I think the simplest way is to subtract 25 days and aggregate by the month:
select year(dateadd(day, -25, datetime)) as yr,
month(dateadd(day, -25, datetime)) as mon,
sum(data)
from t
group by dateadd(day, -25, datetime);
You can format yr and mon to get the dates for the specific ranges, but this does the aggregation (and the yr/mon columns might be sufficient).
Step 0: Build a calendar table. Every database needs a calendar table eventually to simplify this sort of calculation.
In this table you may have columns such as:
Date (primary key)
Day
Month
Year
Quarter
Half-year (e.g. 1 or 2)
Day of year (1 to 366)
Day of week (numeric or text)
Is weekend (seems redundant now, but is a huge time saver later on)
Fiscal quarter/year (if your company's fiscal year doesn't start on Jan. 1)
Is Holiday
etc.
If your company starts its month on the 24th, then you can add a "Fiscal Month" column that represents that.

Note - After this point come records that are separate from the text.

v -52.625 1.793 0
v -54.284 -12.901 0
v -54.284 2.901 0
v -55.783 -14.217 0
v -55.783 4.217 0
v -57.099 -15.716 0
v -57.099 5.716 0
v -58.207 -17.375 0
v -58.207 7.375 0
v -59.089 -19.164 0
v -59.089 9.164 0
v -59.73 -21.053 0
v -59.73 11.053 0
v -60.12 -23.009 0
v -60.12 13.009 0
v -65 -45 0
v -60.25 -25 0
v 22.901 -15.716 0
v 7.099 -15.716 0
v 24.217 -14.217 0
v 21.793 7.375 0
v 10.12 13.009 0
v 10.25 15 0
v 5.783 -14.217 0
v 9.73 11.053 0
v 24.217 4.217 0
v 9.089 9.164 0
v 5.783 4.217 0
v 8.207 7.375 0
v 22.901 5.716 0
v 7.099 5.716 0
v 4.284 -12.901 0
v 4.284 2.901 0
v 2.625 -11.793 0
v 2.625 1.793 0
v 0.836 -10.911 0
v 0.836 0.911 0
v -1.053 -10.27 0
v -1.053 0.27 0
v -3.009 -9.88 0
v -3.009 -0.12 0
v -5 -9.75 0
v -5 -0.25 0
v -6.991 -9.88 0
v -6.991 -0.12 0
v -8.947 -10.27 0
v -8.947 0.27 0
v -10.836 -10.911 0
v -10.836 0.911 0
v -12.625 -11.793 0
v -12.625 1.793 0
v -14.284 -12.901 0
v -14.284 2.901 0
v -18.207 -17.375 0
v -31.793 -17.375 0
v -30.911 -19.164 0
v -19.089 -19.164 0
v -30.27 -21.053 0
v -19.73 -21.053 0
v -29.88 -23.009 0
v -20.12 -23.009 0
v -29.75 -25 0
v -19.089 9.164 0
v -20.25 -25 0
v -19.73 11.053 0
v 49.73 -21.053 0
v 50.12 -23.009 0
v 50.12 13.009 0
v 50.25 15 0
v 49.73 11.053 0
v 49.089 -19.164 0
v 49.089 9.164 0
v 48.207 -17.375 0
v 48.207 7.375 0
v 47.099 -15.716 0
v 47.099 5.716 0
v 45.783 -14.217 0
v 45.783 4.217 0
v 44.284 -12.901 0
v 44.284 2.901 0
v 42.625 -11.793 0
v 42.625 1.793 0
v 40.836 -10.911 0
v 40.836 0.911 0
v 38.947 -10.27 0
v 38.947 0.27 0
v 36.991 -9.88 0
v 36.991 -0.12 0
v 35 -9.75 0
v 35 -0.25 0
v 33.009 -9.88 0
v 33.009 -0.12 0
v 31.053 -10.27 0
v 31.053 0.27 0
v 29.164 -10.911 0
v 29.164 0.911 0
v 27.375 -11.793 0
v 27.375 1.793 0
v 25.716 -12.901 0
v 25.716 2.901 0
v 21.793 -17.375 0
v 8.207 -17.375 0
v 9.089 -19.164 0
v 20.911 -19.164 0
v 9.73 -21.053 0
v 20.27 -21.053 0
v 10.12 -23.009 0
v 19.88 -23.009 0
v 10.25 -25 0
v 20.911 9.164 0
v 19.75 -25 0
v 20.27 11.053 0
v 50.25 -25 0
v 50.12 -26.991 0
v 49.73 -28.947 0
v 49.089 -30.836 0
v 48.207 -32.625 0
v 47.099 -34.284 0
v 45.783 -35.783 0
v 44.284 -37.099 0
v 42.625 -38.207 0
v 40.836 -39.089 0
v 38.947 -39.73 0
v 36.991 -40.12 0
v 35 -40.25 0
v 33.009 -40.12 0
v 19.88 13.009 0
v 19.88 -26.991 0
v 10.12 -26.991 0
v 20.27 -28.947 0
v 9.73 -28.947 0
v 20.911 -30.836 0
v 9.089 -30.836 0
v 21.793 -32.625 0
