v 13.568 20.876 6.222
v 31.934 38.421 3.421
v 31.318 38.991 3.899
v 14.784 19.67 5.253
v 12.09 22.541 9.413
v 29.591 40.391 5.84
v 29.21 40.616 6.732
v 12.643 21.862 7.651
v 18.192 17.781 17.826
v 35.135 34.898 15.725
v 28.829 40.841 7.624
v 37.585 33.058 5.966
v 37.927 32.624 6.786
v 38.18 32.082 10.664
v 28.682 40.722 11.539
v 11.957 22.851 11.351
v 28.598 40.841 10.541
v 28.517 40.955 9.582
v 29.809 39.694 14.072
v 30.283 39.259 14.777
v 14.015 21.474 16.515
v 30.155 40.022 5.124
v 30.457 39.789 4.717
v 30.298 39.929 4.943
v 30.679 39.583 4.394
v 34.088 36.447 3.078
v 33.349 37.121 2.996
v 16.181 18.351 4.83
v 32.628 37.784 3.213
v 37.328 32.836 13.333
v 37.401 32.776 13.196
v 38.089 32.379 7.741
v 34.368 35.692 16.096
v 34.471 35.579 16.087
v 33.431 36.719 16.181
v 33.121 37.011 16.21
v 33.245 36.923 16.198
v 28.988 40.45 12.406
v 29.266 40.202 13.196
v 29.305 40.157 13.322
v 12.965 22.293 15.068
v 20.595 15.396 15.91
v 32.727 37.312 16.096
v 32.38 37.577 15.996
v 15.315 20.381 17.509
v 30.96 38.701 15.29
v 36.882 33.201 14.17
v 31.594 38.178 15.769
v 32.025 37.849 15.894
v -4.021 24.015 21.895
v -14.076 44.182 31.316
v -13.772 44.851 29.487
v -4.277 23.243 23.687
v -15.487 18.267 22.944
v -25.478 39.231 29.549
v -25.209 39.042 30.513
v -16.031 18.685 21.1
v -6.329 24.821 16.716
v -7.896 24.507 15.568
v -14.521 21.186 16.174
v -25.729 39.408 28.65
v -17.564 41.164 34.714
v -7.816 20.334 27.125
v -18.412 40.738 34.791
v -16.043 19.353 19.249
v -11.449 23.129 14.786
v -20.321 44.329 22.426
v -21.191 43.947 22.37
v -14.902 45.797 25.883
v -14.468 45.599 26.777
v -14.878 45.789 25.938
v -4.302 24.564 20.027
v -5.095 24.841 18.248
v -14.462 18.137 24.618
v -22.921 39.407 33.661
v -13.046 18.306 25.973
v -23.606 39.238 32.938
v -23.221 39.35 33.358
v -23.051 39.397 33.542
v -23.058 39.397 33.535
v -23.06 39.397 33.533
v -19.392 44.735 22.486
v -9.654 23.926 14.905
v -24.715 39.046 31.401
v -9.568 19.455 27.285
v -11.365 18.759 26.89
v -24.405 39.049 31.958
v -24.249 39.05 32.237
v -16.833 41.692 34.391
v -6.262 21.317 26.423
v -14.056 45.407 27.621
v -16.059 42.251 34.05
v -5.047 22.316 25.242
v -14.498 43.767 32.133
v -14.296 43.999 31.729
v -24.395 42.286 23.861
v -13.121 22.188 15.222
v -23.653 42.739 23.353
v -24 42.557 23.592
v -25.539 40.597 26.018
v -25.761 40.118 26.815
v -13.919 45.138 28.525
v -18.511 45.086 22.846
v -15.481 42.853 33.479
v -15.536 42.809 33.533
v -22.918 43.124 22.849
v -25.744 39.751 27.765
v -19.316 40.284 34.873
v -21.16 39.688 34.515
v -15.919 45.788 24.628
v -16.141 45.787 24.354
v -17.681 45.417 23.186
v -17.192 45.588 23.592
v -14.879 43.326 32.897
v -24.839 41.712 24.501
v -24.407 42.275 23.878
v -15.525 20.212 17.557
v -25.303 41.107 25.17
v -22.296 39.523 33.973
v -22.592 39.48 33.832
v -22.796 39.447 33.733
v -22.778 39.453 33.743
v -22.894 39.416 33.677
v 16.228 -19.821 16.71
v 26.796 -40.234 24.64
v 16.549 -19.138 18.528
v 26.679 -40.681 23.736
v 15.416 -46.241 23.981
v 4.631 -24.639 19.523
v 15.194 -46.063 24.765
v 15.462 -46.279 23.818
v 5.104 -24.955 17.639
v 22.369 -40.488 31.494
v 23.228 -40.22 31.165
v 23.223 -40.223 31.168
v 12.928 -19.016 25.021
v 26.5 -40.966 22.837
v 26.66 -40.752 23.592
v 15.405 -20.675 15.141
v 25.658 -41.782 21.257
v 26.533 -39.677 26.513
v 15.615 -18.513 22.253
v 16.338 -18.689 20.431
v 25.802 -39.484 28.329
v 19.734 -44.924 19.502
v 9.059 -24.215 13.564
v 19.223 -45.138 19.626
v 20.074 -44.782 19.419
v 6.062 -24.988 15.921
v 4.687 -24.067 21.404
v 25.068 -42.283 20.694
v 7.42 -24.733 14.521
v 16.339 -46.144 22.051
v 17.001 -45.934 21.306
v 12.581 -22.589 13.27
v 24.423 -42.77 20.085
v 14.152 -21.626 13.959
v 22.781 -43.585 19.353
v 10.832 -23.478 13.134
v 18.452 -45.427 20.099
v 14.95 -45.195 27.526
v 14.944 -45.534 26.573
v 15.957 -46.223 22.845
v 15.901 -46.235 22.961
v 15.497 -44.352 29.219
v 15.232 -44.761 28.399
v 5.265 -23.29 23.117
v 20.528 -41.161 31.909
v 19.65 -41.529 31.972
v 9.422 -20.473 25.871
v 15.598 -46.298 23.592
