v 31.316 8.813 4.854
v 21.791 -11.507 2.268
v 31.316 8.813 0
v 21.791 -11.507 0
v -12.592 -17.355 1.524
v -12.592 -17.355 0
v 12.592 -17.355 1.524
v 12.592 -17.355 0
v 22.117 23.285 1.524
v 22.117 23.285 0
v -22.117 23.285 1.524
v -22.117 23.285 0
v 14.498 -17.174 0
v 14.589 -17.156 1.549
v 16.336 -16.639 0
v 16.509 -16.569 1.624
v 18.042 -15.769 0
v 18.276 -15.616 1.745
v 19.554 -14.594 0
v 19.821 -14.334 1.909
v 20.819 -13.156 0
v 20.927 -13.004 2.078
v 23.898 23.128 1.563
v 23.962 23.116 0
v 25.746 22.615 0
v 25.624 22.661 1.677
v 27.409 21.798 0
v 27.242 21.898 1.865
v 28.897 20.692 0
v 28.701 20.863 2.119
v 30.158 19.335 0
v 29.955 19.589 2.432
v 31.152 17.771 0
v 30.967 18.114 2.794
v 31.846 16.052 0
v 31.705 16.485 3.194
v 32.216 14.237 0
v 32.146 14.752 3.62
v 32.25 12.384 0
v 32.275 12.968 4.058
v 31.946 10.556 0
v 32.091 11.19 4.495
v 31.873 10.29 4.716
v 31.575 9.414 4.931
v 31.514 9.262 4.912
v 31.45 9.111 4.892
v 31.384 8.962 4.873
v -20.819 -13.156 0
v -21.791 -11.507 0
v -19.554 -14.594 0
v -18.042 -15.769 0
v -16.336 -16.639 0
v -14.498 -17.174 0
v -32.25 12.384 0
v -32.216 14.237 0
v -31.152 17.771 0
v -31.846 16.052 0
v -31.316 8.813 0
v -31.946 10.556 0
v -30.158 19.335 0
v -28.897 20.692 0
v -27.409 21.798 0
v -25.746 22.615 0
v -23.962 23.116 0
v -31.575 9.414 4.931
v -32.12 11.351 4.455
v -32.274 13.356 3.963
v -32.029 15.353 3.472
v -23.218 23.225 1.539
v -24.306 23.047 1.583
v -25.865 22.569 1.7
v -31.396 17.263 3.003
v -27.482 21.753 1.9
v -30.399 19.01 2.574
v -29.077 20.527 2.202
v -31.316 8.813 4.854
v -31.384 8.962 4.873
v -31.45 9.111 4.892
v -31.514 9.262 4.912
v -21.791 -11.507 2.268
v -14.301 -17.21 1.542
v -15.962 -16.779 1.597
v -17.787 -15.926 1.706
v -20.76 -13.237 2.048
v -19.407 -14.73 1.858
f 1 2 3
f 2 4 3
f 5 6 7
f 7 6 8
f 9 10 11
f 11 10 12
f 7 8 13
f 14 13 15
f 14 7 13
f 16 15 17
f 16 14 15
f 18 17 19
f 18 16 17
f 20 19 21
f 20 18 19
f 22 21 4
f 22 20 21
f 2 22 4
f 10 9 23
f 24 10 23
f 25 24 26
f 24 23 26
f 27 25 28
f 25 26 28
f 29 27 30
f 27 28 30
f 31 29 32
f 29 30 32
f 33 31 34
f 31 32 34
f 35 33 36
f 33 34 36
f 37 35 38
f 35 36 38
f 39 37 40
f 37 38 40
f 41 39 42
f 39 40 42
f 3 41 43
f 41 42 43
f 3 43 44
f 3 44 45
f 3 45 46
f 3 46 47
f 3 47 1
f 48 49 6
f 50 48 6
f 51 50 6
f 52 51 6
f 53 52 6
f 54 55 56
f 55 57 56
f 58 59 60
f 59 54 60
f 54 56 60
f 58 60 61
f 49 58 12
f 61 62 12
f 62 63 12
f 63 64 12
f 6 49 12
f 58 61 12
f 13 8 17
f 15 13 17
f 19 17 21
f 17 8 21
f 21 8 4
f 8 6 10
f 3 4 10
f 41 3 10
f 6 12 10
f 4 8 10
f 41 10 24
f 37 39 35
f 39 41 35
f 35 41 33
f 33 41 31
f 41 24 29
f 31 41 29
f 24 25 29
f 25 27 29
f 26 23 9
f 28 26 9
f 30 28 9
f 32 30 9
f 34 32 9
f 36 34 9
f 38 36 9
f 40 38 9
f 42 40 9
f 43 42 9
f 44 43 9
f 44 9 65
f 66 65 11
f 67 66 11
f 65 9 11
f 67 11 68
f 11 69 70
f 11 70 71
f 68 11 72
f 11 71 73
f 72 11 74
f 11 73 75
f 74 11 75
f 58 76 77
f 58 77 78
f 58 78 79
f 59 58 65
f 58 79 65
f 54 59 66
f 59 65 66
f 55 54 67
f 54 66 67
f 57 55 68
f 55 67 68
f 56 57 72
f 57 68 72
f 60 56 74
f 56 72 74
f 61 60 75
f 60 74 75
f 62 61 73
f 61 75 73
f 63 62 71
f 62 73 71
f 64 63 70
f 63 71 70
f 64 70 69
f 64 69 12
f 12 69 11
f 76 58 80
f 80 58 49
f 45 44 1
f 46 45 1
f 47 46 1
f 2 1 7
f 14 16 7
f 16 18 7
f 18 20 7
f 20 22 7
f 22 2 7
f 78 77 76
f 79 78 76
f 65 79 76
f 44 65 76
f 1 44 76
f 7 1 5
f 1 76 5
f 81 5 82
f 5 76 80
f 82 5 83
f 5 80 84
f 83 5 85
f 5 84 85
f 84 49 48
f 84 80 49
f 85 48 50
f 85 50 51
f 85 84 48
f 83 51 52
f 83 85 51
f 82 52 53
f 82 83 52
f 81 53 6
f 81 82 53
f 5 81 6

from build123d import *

# Parameters (mm, degrees)
F1_DEPTH    = 5.08
F2_SIZE2    = 3.556
F2_SIZE     = 14.478
F3_T1_DEPTH = 183.3449978003
F4_R        = 10.16


# Not quite as in the source:
# - a fillet or chamfer that OpenCascade refuses, or shapes differently, is made with other operations: its cross-section is extruded or revolved along the edge and cut away or added


with BuildPart() as f1:
    # F0 (on Top) → F1 (new body)
    with BuildSketch(Plane.XY):
        Polygon((-38.1, 23.2852384394), (-19.05, -17.3547615606), (19.05, -17.3547615606), (38.1, 23.2852384394), align=None)
    extrude(amount=F1_DEPTH)

    # F2
    f2_edges = [f1.edges().sort_by_distance(p)[0] for p in [
        (0, 23.285238, 5.08),
    ]]
    f2_side = f1.faces().sort_by_distance((0, 5.223016, 5.08))[0]
    chamfer(f2_edges, length=F2_SIZE, length2=F2_SIZE2, reference=f2_side)

    # F3: chamfer of 27.94 x 3.556 on 1 edges, made by hand

    # F3_s2 → F3_t1 (cut)
    with BuildSketch(Plane.YZ.offset(-91.6724989001)):
        Polygon((10.5852384394, 5.08), (-17.3547615606, 1.524), (-17.3547615606, 5.08), align=None)
    extrude(amount=F3_T1_DEPTH, mode=Mode.SUBTRACT)

    # F4
    f4_edges = [f1.edges().sort_by_distance(p)[0] for p in [
        (19.05, -17.354762, 0.762),
        (-19.05, -17.354762, 0.762),
        (38.1, 23.285238, 0.762),
        (-38.1, 23.285238, 0.762),
    ]]
    fillet(f4_edges, radius=F4_R)


solid = f1.part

Step 1: Join on the calendar table
Step 2: Group by the columns in the calendar table.
Calendar tables sound weird at first, but once you realize that they are in fact tiny even if they span a couple hundred years they quickly become a major asset.
Don't try to cheap out on disk space by using computed columns. You want real columns because they are much faster and can be indexed if necessary. (Though honestly, usually just the PK index is enough for even wide calendar tables.)